NORFOLK, Va. (WAVY) — Improving the lives of service members overseas, while giving their families peace of mind at home. That’s the current mission of one former sailor from Norfolk, Virginia.
2nd Class Petty Officer Chelsea Mandello says her time in the U.S. Navy opened her eyes and changed her life forever.
“Before the military, I only knew my own perspective. I only knew my own experiences of being an American, of being a college student, of being someone from the Midwest. And after joining the military I was able to see so many other cultures and see how so many other people around the world live.”
Mandello comes from a military family.

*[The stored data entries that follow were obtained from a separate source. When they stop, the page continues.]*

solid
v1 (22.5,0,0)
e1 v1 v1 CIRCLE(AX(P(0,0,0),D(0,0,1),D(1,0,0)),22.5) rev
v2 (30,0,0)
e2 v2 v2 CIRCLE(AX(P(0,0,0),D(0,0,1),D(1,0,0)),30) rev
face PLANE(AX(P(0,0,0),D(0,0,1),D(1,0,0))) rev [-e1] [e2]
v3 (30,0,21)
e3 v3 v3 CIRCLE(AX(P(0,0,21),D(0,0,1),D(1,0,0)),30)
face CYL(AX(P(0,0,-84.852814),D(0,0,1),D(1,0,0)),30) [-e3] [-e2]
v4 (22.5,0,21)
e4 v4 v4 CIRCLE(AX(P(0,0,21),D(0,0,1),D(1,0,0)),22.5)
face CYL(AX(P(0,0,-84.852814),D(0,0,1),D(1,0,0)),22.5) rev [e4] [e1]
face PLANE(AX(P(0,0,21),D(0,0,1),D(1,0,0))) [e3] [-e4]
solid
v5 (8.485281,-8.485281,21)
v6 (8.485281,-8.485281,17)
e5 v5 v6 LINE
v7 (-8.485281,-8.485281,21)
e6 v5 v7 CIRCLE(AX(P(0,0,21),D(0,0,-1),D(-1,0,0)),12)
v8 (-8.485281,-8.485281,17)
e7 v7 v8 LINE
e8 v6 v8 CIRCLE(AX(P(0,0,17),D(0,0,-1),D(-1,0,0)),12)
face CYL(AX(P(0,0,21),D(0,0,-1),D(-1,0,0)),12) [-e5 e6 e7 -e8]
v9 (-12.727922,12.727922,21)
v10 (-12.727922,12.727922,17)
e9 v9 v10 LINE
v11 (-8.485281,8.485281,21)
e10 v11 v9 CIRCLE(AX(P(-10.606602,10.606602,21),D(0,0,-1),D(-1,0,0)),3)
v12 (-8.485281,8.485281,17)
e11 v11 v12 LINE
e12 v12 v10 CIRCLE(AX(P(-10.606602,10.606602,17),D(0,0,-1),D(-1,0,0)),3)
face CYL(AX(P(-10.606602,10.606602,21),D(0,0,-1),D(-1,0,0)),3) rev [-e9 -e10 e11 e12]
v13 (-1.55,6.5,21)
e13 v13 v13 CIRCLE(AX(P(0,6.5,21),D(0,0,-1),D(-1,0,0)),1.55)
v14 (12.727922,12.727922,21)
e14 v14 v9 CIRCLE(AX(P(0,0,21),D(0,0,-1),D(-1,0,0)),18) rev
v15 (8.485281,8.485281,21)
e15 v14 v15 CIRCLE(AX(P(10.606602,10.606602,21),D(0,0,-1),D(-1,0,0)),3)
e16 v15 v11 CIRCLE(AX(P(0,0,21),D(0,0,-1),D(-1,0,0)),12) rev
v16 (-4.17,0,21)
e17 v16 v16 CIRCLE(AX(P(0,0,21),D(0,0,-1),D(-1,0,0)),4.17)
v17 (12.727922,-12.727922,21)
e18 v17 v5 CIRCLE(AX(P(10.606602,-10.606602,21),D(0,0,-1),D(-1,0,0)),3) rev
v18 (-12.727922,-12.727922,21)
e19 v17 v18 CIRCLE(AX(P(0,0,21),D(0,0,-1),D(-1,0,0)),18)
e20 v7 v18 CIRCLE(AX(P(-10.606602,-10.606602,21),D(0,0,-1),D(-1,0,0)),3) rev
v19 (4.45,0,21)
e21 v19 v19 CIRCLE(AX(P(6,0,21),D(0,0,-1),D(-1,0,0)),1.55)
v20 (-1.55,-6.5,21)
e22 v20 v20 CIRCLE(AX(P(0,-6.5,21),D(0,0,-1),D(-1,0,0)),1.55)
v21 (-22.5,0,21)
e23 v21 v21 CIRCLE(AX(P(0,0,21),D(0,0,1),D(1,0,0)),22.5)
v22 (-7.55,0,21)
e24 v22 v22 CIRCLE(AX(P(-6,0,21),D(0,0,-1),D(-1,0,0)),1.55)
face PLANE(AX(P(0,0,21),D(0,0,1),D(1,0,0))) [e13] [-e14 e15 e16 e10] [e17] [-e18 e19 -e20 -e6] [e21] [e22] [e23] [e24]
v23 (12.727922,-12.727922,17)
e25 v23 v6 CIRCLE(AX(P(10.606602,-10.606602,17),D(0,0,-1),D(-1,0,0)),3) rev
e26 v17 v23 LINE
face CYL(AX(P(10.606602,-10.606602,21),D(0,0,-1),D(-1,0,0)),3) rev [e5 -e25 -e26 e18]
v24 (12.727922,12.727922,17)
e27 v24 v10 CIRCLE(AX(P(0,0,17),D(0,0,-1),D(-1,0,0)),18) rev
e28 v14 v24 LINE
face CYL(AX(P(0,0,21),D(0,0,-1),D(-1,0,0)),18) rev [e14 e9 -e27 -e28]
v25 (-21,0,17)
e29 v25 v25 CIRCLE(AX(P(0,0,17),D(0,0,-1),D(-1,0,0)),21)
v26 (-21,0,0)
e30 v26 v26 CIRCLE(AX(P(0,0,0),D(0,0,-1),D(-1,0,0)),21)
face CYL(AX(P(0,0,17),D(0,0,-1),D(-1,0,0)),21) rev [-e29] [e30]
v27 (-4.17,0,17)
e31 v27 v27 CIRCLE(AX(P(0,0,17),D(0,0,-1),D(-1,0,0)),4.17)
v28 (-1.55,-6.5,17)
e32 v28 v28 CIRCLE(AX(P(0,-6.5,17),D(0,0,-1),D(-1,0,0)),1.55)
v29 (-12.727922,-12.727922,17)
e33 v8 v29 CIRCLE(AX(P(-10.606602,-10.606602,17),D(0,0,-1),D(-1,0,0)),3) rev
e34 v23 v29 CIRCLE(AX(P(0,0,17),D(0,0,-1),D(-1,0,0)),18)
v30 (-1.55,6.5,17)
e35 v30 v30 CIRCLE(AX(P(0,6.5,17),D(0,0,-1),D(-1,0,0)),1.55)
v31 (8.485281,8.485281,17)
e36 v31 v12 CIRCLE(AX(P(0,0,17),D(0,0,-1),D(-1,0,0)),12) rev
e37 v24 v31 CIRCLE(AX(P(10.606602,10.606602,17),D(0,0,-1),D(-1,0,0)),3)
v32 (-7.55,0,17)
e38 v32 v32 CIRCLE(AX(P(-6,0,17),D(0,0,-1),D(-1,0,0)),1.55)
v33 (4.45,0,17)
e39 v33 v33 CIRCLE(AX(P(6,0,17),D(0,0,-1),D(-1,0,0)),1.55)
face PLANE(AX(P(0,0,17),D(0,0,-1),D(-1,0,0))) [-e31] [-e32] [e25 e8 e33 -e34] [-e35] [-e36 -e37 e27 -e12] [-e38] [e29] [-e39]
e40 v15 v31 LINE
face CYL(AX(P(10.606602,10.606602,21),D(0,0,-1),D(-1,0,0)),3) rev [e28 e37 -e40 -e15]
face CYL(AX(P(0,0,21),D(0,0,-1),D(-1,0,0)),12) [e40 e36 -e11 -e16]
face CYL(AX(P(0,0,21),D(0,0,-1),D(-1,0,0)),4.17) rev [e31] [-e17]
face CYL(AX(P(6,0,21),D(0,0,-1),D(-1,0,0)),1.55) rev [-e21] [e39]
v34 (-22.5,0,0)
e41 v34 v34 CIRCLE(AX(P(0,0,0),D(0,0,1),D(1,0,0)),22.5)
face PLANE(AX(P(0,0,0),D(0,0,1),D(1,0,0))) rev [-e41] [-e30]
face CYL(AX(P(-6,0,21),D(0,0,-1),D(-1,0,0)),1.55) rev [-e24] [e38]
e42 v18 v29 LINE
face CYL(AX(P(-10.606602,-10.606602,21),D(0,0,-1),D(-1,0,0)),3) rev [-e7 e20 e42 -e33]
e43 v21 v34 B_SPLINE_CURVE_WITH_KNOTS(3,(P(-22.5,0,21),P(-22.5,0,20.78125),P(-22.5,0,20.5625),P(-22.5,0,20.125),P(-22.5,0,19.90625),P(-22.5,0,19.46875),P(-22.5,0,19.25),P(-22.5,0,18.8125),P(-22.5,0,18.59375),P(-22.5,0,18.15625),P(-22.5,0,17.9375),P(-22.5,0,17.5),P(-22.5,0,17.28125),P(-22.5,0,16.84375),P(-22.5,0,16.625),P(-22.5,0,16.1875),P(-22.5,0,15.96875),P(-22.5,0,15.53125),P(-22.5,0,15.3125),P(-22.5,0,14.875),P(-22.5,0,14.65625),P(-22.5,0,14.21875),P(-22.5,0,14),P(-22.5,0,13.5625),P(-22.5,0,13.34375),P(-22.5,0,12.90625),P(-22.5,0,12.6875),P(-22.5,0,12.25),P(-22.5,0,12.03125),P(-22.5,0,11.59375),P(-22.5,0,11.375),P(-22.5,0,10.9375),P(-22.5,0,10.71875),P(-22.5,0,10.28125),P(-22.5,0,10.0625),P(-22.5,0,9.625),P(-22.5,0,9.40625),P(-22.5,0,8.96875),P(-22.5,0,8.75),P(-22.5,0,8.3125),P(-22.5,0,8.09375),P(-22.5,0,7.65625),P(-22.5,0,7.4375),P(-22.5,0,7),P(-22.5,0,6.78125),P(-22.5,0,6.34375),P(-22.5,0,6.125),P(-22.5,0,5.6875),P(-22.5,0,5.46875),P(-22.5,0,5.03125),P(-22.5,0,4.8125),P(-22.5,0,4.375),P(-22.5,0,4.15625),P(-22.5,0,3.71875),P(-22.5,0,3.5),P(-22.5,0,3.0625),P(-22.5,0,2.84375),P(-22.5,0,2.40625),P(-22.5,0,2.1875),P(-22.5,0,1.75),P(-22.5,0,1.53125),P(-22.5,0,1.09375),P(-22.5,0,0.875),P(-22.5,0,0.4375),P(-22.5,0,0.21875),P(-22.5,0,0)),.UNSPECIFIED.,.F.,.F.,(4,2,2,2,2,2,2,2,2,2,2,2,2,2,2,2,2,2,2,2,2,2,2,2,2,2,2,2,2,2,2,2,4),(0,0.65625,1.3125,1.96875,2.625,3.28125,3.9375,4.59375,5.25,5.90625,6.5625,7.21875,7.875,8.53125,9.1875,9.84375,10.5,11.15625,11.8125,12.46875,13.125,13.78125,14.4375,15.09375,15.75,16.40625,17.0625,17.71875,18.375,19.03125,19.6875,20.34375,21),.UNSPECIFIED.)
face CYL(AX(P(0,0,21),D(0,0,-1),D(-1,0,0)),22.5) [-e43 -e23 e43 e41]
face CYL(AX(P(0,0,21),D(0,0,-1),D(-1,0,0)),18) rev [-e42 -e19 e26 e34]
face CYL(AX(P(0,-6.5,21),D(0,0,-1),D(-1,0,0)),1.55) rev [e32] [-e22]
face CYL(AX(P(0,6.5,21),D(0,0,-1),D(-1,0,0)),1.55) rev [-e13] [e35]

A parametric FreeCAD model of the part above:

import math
import FreeCAD as App
import Part
import Sketcher
from FreeCAD import Vector

doc = App.newDocument("Part")
body = doc.addObject("PartDesign::Body", "Body")

# Sketch on XY plane
sketch1 = body.newObject("Sketcher::SketchObject", "Sketch")
sketch1.AttachmentSupport = (doc.getObject("XY_Plane"), [""])
sketch1.MapMode = "FlatFace"
sketch1.addGeometry(Part.Circle(Vector(0, 0, 0), Vector(0, 0, 1), 22), False)
sketch1.addConstraint([
    Sketcher.Constraint("Coincident", 0, 3, -1, 1),
    Sketcher.Constraint("Diameter", 0, 45.0),
])
pad1 = body.newObject("PartDesign::Pad", "Pad")
pad1.Profile = sketch1
pad1.Length = 21

# Sketch on XY plane
sketch2 = body.newObject("Sketcher::SketchObject", "Sketch001")
sketch2.AttachmentSupport = (doc.getObject("XY_Plane"), [""])
sketch2.MapMode = "FlatFace"
sketch2.addGeometry(Part.Circle(Vector(0, 0, 0), Vector(0, 0, 1), 21), False)
sketch2.addConstraint([
    Sketcher.Constraint("Coincident", 0, 3, -1, 1),
    Sketcher.Constraint("Diameter", 0, 42.0),
])
pocket1 = body.newObject("PartDesign::Pocket", "Pocket")
pocket1.Profile = sketch2
pocket1.Length = 17
pocket1.Reversed = True

# Sketch on XY plane
sketch3 = body.newObject("Sketcher::SketchObject", "Sketch002")
sketch3.AttachmentSupport = (doc.getObject("XY_Plane"), [""])
sketch3.MapMode = "FlatFace"
sketch3.AttachmentOffset = App.Placement(Vector(0, 0, 17), App.Rotation())
sketch3.addGeometry([
    Part.ArcOfCircle(Part.Circle(Vector(0, 0, 0), Vector(0, 0, 1), 12), math.radians(45), math.radians(135)),  # 0
    Part.ArcOfCircle(Part.Circle(Vector(-10.6, 10.6, 0), Vector(0, 0, 1), 3), math.radians(135), math.radians(315)),  # 1
    Part.ArcOfCircle(Part.Circle(Vector(0, 0, 0), Vector(0, 0, 1), 18), math.radians(45), math.radians(135)),  # 2
    Part.ArcOfCircle(Part.Circle(Vector(10.6, 10.6, 0), Vector(0, 0, 1), 3), math.radians(-135), math.radians(45)),  # 3
    Part.Circle(Vector(0, 0, 0), Vector(0, 0, 1), 4.2),  # 4
    Part.Circle(Vector(-6, 0, 0), Vector(0, 0, 1), 1.6),  # 5
    Part.Circle(Vector(0, 6.5, 0), Vector(0, 0, 1), 1.6),  # 6
    Part.Circle(Vector(6, 0, 0), Vector(0, 0, 1), 1.6),  # 7
    Part.Circle(Vector(0, -6.5, 0), Vector(0, 0, 1), 1.6),  # 8
    Part.ArcOfCircle(Part.Circle(Vector(10.6, -10.6, 0), Vector(0, 0, 1), 3), math.radians(-45), math.radians(135)),  # 9
    Part.ArcOfCircle(Part.Circle(Vector(0, 0, 0), Vector(0, 0, 1), 18), math.radians(-135), math.radians(-45)),  # 10
    Part.ArcOfCircle(Part.Circle(Vector(-10.6, -10.6, 0), Vector(0, 0, 1), 3), math.radians(45), math.radians(225)),  # 11
    Part.ArcOfCircle(Part.Circle(Vector(0, 0, 0), Vector(0, 0, 1), 12), math.radians(-135), math.radians(-45)),  # 12
], False)
sketch3.addConstraint([
    Sketcher.Constraint("Tangent", 0, 2, 1, 2),
    Sketcher.Constraint("Tangent", 1, 1, 2, 2),
    Sketcher.Constraint("Tangent", 2, 1, 3, 2),
    Sketcher.Constraint("Tangent", 3, 1, 0, 1),
    Sketcher.Constraint("Tangent", 9, 1, 10, 2),
    Sketcher.Constraint("Tangent", 10, 1, 11, 2),
    Sketcher.Constraint("Tangent", 11, 1, 12, 1),
    Sketcher.Constraint("Tangent", 12, 2, 9, 2),
    Sketcher.Constraint("Coincident", 0, 3, -1, 1),
    Sketcher.Constraint("Coincident", 2, 3, -1, 1),
    Sketcher.Constraint("Coincident", 4, 3, -1, 1),
    Sketcher.Constraint("Coincident", 10, 3, -1, 1),
    Sketcher.Constraint("Coincident", 12, 3, -1, 1),
    Sketcher.Constraint("Equal", 5, 6),
    Sketcher.Constraint("Equal", 6, 7),
    Sketcher.Constraint("Equal", 7, 8),
    Sketcher.Constraint("Equal", 3, 9),
    Sketcher.Constraint("Equal", 2, 10),
    Sketcher.Constraint("Symmetric", 5, 3, 7, 3, -1, 1),
    Sketcher.Constraint("Symmetric", 6, 3, 8, 3, -1, 1),
    Sketcher.Constraint("PointOnObject", 5, 3, -1),
    Sketcher.Constraint("PointOnObject", 6, 3, -2),
    Sketcher.Constraint("Horizontal", 1, 3, 3, 3),
    Sketcher.Constraint("Horizontal", 9, 3, 11, 3),
    Sketcher.Constraint("Vertical", 3, 3, 9, 3),
    Sketcher.Constraint("Radius", 0, 12.0),
    Sketcher.Constraint("Radius", 1, 3.0),
    Sketcher.Constraint("Diameter", 5, 3.1),
    Sketcher.Constraint("Diameter", 4, 8.34),
    Sketcher.Constraint("DistanceX", 5, 3, -1, 1, 6.0),
    Sketcher.Constraint("DistanceY", -1, 1, 6, 3, 6.5),
    Sketcher.Constraint("DistanceX", 1, 3, -1, 1, 10.606602),
])
pocket2 = body.newObject("PartDesign::Pocket", "Pocket001")
pocket2.Profile = sketch3
pocket2.Type = "ThroughAll"
pocket2.Reversed = True
body2 = doc.addObject("PartDesign::Body", "Body001")

# Sketch on XY plane
sketch4 = body2.newObject("Sketcher::SketchObject", "Sketch003")
sketch4.AttachmentSupport = (doc.getObject("XY_Plane001"), [""])
sketch4.MapMode = "FlatFace"
sketch4.AttachmentOffset = App.Placement(Vector(0, 0, 21), App.Rotation())
sketch4.addGeometry([
    Part.Circle(Vector(0, 0, 0), Vector(0, 0, 1), 30),
    Part.Circle(Vector(0, 0, 0), Vector(0, 0, 1), 22),
], False)
sketch4.addConstraint([
    Sketcher.Constraint("Coincident", 0, 3, -1, 1),
    Sketcher.Constraint("Coincident", 1, 3, -1, 1),
    Sketcher.Constraint("Diameter", 0, 60.0),
    Sketcher.Constraint("Diameter", 1, 45.0),
])
pad2 = body2.newObject("PartDesign::Pad", "Pad001")
pad2.Profile = sketch4
pad2.Length = 21
pad2.Reversed = True

doc.recompute()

Her mother served in the Air Force where both of her brothers currently serve.
“I always wanted to have those sea stories of my own.”
So, when Mandello graduated from Ball State University with a degree in journalism, she decided the Navy was best for her because of its journalism program.
“My job was to travel the world and to tell the story from the perspective of the military.”
She went on missions with the U.S. Army and Marines. One mission Mandello will never forget took her to an orphanage in Malaysia.
“We arrived at this orphanage and these were children who had been from villages that had gone through very difficult times. So, some of these children were missing limbs. Some of them had been badly scarred from burns, but when these service members exited the bus, all of these children, all they cared about was just playing and was just showing these service members their pets and was just having fun and wanted them to sit down and color with them. It was just an amazing, amazing opportunity to see these children who, you know, in any other circumstances they wouldn’t be as happy and as joyful as they were, and yet all they cared about was just showing everything they had. I mean, it was amazing.”
Mandello experienced the wonderment of children, to battling the crime of piracy in the Mediterranean. She was at sea during sequestration, a time of slashed military budgets.
“During this time, a lot of deployments were extended from six months to 12 months and that alone decreased morale immensely. This was also a time where postal operations shipping care packages became very relied upon, and it also took quite a lot more time.”
While at sea in 2013, Mandello and her crew members learned a shipment was on the way, a big morale booster. The crew hadn’t received mail from home in three months.
“I got this big box from my mom and I was so excited because I knew everything in that box was something from home, was something she had packed, and I was very excited to get it. So, I rushed it up to my office. I tore it open, but I was disappointed because everything in it had gone bad. Things had broken. Things had melted.”
Mandello realized she wasn’t the only service member this happened to. She also learned no service existed that could guarantee care packages be delivered in good condition to our service members around the world. For this 2nd class petty officer, that was not okay.
“After mustering my courage, I finally launched Troopster, Thanksgiving Day in 2015.”
Mandello calls Troopster the “Amazon of the military.”
“So, we have an online service where friends and families can go on. They can pick different items. If their son or daughter really loves a certain type of magazine and they don’t see it on the site, they can reach out to us and request that magazine and we will go out in the middle of the night and find that just so it could be a part of that care package.”
Mandello goes on to say, “We work very hard to make sure that these care packages are filed with items that will make the trip. We make sure that they’re filled with items that the service members need, filled with items that we know won’t break, won’t bust, won’t go bad, and even everyone who works at Troopster are prior veterans. So, we’re all service members who have been deployed who know what these active-duty service members are going through and it means a lot to us personally.”
Mandello says her nonprofit volunteers and workers also travel the country to help those who may not have support while serving.
“Troopster, even though we provide the service online, we are a 501(c)(3) nonprofit. So, we do work heavily with volunteers and we actually travel across the nation where we work with different businesses and local organizations to hold community-wide pack events. Those pack events, we work with sponsors to send anywhere between 500 – 2,000 care packages often to troops who don’t have that family support network.
“So, if anyone would ever like to work with us in that capacity, we are always more than welcome to talk with them and we love getting the opportunity to help. We work with the chaplains corps for the different military branches to help identify individuals who need that help, who need that extra morale boost.”
For Mandello, service is something she was meant to do.
“I love my job and I loved the experience of getting to serve my country and now, the way I see it, I’m still serving my country but in a new way.”